The endocrine system comprises of a network of glands and organs that produce and release hormones to control various bodily functions. Endocrine disruptors, either natural or man-made, can affect the endocrine system by interfering with the normal actions of hormones. This can lead to serious health problems such as cancer, birth defects and developmental disorders. Many of the traditional endocrine disruption testing approaches use radiolabelled material or involve animal models and so have high cost and low efficiency, in addition to ethical concerns. Accurate low-cost screening models are required to flag up chemicals which are potential endocrine disruptors at an early stage.

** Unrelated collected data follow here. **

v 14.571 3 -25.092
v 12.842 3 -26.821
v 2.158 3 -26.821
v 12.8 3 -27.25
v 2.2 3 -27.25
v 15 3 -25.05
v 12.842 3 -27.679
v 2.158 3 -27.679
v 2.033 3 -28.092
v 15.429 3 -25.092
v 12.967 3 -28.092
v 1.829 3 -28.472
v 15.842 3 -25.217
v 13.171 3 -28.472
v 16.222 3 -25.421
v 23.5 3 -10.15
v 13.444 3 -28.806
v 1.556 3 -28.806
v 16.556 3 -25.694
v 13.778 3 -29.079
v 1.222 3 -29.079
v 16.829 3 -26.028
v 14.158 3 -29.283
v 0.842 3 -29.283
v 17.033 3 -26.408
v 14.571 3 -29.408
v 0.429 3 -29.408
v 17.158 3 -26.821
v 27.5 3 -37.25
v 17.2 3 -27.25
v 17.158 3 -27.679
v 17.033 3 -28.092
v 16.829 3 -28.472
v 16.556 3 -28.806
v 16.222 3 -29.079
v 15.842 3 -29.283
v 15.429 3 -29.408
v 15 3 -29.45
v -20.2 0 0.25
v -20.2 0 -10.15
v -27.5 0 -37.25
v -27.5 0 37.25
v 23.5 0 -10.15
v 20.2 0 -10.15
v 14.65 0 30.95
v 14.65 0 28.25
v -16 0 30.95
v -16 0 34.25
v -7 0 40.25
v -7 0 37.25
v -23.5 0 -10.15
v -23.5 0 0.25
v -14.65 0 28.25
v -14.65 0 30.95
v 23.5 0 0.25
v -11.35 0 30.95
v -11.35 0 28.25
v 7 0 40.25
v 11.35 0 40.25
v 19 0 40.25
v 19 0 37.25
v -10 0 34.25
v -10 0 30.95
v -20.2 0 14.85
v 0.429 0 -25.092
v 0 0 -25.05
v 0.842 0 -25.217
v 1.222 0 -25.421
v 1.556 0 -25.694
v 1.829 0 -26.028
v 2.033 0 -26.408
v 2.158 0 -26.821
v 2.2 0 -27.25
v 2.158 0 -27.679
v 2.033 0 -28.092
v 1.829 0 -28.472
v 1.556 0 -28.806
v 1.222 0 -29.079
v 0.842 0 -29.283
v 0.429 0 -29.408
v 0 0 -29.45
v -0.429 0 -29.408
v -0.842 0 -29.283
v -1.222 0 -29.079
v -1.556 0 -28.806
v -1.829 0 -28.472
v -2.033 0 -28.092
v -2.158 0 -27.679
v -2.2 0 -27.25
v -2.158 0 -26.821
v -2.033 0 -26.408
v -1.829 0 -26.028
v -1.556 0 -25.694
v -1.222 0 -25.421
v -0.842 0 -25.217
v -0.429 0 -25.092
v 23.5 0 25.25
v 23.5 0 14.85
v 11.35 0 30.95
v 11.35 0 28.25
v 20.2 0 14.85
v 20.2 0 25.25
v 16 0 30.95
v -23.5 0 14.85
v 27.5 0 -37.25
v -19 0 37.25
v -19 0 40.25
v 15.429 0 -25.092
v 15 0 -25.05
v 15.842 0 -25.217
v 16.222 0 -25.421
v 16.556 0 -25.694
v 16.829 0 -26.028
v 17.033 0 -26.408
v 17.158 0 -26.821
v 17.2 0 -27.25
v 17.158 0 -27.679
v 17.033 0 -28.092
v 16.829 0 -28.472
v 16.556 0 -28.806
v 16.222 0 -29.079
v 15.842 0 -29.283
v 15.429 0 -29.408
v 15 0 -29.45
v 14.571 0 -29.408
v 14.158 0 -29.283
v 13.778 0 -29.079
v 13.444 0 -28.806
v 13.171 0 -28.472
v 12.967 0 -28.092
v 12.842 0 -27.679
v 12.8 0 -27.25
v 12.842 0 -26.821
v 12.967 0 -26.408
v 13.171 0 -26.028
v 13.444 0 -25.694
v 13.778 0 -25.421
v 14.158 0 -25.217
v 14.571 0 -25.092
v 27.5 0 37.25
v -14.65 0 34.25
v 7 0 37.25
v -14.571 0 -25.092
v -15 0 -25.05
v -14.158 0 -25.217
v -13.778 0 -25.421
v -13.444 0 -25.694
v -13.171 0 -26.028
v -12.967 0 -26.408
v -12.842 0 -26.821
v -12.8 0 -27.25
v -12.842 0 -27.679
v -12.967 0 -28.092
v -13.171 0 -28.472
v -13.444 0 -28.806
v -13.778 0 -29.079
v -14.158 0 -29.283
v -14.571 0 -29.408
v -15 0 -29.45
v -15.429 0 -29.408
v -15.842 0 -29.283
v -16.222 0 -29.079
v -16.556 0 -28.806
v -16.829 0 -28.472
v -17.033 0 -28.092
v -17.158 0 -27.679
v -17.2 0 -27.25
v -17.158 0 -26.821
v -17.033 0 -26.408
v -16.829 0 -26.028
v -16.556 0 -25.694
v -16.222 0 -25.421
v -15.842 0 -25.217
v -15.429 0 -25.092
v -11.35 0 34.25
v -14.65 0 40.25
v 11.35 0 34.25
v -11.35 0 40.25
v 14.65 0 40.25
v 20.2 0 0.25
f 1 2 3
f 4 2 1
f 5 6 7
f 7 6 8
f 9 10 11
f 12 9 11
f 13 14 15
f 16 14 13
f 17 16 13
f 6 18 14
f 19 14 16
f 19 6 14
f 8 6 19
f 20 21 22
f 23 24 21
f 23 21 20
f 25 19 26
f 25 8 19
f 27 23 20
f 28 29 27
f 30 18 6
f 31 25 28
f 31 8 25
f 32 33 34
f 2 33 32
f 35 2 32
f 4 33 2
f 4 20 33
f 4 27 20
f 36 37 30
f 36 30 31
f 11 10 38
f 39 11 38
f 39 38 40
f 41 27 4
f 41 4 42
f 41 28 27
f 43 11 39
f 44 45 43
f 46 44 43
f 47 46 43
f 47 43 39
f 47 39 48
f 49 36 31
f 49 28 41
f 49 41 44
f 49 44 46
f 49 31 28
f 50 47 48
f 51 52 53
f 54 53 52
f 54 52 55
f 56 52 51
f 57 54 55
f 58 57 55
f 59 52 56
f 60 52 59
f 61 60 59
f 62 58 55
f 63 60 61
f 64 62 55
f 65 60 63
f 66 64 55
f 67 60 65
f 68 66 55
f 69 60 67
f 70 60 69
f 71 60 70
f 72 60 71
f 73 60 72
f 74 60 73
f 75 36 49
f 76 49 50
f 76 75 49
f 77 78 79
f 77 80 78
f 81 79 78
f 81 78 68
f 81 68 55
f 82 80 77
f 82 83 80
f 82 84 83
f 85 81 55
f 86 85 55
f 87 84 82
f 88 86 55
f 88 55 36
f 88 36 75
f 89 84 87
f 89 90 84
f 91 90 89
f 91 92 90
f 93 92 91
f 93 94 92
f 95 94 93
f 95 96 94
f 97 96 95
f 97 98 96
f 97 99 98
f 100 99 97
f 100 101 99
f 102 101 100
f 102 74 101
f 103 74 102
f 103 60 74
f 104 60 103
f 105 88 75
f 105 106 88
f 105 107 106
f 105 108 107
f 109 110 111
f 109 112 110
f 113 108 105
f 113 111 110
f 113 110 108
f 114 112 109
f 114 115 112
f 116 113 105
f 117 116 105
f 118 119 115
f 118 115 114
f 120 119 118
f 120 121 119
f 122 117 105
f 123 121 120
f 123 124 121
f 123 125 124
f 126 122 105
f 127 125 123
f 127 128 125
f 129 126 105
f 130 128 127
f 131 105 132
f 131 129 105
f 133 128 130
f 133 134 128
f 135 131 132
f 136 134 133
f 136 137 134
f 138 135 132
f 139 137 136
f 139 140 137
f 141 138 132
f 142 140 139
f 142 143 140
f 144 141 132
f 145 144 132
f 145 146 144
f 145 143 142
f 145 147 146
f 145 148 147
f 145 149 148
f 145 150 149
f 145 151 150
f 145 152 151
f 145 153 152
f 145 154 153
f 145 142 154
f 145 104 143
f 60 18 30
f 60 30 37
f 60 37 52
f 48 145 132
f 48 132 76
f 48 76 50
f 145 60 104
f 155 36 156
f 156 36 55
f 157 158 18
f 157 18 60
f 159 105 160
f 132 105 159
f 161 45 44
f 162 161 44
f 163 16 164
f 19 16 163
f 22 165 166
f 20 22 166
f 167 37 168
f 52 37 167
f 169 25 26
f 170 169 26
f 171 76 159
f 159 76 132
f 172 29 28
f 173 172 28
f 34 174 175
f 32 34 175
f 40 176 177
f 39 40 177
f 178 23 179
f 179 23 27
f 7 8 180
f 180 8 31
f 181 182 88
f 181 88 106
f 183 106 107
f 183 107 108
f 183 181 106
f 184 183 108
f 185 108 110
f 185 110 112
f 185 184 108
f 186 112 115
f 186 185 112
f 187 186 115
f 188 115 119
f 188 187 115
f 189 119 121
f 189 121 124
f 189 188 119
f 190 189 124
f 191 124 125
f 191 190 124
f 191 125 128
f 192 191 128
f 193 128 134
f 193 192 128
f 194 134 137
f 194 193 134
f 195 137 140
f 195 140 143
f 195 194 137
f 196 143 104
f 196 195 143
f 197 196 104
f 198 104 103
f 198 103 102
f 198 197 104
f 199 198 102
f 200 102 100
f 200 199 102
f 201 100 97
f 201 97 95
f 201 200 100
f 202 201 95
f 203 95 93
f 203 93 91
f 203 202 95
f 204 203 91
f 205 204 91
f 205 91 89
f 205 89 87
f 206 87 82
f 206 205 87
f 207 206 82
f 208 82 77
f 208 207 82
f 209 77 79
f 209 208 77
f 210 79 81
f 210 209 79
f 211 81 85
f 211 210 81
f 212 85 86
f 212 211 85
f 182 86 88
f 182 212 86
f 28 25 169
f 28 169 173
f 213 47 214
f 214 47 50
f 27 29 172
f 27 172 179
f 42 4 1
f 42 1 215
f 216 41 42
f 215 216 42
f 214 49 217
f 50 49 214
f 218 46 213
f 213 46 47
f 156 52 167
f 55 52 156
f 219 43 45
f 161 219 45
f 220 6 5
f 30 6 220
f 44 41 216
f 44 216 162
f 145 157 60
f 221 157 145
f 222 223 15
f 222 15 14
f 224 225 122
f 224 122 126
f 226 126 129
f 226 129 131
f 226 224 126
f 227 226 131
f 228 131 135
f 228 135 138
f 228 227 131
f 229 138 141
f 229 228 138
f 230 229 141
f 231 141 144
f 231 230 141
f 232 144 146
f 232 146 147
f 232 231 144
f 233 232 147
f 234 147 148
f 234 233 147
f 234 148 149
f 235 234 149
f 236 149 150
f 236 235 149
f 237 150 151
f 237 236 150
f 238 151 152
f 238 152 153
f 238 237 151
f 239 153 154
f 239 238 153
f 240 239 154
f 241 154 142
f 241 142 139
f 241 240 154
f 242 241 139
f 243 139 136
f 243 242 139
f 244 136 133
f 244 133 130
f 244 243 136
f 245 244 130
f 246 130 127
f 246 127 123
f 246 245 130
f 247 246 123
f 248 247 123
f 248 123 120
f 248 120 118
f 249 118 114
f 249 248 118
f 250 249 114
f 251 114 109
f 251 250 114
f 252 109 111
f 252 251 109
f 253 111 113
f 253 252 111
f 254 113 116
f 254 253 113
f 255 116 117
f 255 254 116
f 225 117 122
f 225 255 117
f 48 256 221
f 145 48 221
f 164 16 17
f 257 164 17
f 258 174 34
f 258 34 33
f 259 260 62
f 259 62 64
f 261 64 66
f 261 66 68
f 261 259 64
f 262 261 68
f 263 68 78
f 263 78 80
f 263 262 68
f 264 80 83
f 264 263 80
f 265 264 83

At the Society of Toxicology (SOT) conference on March 10-14, 2024, Cyprotex presented a poster titled, ‘Establishment of a High Throughput Endocrine Disruptor Screening Panel of Assays for Rapid Screening of Chemicals’. The research developed a panel of 384 well high throughput cell-based hormone activation assays and in vitro hormone receptor binding assays with a 24-48 hr turnaround time. A range of chemicals with different potencies for the endocrine receptors were assessed.
Cell-based endocrine receptor activation assays expressing the human androgen receptor (AR), the human estrogen receptor (ERα or ERβ) or the the human thyroid hormone receptor (TR) were used to assess the chemicals at a range of concentrations at 37°C over 24 hr. Upon ligand activation, the hormone receptor binds to the promoter sequence linked to a luciferase reporter gene and the activation is quantified by luminescence. Cell viability was also assessed in parallel.
Hormone receptor competitor binding assays were also used to assess potential AR or ER ligands by measuring fluorescence polarization. A fluorescently-tagged ligand is added to the AR or ER in the presence of the competitor test chemical. If the test chemical binds then it prevents the formation of the fluorescent ligand/receptor complex and a decrease in polarisation is observed. The extent of the shift in polarization was used to determine the relative affinity of the test chemical for the hormone receptor.
The results observed for the known set of chemicals were consistent with literature values and data corresponded well between the two assays. Additional steroidogenesis assays are being developed to detect hormone levels of AR and ER in H295R cell culture supernatants following exposure to endocrine disruptors.